_AVAILABLE DATA:_
++++++++++

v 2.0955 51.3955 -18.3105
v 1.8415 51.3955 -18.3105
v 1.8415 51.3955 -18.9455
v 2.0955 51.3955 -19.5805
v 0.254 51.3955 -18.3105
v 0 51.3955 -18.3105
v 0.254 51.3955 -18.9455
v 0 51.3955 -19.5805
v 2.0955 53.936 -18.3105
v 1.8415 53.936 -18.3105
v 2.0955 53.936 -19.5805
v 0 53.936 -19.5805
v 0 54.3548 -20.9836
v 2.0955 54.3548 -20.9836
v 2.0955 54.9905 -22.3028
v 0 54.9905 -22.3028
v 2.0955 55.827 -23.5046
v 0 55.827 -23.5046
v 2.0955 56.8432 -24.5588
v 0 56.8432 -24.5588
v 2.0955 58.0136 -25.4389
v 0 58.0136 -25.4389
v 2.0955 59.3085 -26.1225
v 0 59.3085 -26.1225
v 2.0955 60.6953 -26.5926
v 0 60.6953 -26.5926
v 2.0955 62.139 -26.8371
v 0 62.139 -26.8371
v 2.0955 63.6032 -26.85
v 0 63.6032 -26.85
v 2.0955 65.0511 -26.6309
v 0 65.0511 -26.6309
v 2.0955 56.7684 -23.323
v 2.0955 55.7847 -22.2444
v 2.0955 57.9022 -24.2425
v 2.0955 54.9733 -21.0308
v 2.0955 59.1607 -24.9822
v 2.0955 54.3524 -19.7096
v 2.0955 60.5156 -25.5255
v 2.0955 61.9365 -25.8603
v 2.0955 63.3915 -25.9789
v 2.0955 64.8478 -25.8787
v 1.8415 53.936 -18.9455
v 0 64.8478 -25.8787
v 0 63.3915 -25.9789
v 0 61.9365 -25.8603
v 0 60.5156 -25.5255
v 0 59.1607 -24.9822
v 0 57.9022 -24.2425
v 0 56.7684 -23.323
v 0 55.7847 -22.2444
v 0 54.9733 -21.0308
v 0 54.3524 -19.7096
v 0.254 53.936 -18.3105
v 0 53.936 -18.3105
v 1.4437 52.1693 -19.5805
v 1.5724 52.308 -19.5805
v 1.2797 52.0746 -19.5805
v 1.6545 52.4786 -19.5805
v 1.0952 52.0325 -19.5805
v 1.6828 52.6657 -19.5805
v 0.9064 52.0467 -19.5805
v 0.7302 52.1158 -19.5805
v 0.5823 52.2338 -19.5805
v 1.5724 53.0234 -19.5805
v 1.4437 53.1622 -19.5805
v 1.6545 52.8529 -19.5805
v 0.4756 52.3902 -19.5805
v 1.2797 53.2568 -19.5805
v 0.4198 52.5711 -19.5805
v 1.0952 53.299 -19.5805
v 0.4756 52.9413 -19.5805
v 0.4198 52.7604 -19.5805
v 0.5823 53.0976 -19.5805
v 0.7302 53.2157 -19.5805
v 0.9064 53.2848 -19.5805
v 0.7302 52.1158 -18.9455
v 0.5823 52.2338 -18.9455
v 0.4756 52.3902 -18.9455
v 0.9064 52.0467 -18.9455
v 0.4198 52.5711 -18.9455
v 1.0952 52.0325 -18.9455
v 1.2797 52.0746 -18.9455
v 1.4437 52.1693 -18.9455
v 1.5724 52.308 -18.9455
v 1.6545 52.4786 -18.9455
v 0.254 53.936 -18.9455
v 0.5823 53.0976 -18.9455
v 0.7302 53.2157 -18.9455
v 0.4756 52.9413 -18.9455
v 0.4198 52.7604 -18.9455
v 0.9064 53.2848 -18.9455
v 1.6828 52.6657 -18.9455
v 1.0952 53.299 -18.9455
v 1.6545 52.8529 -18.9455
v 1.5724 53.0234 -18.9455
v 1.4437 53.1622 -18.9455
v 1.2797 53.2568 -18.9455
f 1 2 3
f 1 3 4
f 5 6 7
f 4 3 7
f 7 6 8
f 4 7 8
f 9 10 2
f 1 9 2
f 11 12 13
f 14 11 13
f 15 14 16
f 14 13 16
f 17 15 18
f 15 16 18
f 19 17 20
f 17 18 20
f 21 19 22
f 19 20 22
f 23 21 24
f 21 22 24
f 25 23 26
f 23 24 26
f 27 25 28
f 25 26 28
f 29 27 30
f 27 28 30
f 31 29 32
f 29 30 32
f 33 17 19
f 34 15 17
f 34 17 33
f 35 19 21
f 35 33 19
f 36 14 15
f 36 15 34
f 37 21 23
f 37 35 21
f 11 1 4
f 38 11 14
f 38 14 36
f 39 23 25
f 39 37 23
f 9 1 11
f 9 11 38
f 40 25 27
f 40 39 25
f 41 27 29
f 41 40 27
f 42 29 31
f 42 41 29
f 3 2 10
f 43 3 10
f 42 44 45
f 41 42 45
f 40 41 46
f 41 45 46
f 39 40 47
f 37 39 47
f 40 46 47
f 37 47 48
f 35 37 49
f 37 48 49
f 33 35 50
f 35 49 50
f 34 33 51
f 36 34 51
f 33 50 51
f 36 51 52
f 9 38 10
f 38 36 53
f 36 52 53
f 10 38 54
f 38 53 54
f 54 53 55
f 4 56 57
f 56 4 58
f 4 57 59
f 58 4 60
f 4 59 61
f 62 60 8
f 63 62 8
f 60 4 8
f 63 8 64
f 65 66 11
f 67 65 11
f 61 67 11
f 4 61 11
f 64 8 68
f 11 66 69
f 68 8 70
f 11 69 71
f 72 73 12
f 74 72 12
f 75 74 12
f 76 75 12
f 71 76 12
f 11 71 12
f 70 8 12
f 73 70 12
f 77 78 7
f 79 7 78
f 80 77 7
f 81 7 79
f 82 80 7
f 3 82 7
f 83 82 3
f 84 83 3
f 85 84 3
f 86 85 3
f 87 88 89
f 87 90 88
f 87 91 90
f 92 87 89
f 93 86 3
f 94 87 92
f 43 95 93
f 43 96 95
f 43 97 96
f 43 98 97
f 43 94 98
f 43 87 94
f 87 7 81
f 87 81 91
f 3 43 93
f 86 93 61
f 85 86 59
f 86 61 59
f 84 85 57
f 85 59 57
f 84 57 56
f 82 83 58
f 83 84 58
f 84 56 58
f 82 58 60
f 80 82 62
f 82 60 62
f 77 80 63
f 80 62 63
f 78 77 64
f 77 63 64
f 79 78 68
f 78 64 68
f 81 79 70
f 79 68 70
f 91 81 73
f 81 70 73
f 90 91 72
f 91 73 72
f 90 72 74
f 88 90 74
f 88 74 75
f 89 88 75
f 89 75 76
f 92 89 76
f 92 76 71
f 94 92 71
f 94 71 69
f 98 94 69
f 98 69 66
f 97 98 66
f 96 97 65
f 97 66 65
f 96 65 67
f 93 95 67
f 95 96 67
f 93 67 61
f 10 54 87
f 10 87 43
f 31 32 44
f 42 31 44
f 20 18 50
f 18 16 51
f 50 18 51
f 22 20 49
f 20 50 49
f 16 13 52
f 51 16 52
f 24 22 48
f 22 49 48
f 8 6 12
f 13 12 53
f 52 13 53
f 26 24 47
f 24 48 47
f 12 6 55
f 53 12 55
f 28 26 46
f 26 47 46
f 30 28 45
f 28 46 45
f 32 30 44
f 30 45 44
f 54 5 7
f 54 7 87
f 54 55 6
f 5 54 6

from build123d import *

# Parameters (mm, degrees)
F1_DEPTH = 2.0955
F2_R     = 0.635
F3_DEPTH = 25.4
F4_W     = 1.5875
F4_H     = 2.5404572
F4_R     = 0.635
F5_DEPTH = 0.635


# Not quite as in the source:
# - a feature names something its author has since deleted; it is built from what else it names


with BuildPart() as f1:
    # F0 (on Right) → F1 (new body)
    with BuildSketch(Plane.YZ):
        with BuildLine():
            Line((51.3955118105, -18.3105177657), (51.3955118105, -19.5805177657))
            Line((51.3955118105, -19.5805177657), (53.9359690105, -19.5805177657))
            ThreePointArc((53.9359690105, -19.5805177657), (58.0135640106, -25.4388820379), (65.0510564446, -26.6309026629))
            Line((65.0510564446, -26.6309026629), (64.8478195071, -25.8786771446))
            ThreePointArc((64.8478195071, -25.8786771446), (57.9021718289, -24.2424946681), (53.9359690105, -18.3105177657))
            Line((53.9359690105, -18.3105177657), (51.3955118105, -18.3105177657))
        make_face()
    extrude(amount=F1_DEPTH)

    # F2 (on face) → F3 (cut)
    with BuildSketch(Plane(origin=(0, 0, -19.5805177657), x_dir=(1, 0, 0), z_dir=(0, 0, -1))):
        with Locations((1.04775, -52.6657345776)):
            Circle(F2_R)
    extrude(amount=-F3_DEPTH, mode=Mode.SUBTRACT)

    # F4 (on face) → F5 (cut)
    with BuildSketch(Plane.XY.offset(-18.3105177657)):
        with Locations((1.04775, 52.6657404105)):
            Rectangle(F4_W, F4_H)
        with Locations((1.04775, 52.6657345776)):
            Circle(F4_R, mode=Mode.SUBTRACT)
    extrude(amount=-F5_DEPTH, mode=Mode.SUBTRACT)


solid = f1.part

++++++++++

_TASK OBJECTIVE:_ Up to and including the line with "v 0 54.3548 -20.9836", restate the records above word for word from the very first line.

_FINISHED EXERCISE:_
v 2.0955 51.3955 -18.3105
v 1.8415 51.3955 -18.3105
v 1.8415 51.3955 -18.9455
v 2.0955 51.3955 -19.5805
v 0.254 51.3955 -18.3105
v 0 51.3955 -18.3105
v 0.254 51.3955 -18.9455
v 0 51.3955 -19.5805
v 2.0955 53.936 -18.3105
v 1.8415 53.936 -18.3105
v 2.0955 53.936 -19.5805
v 0 53.936 -19.5805
v 0 54.3548 -20.9836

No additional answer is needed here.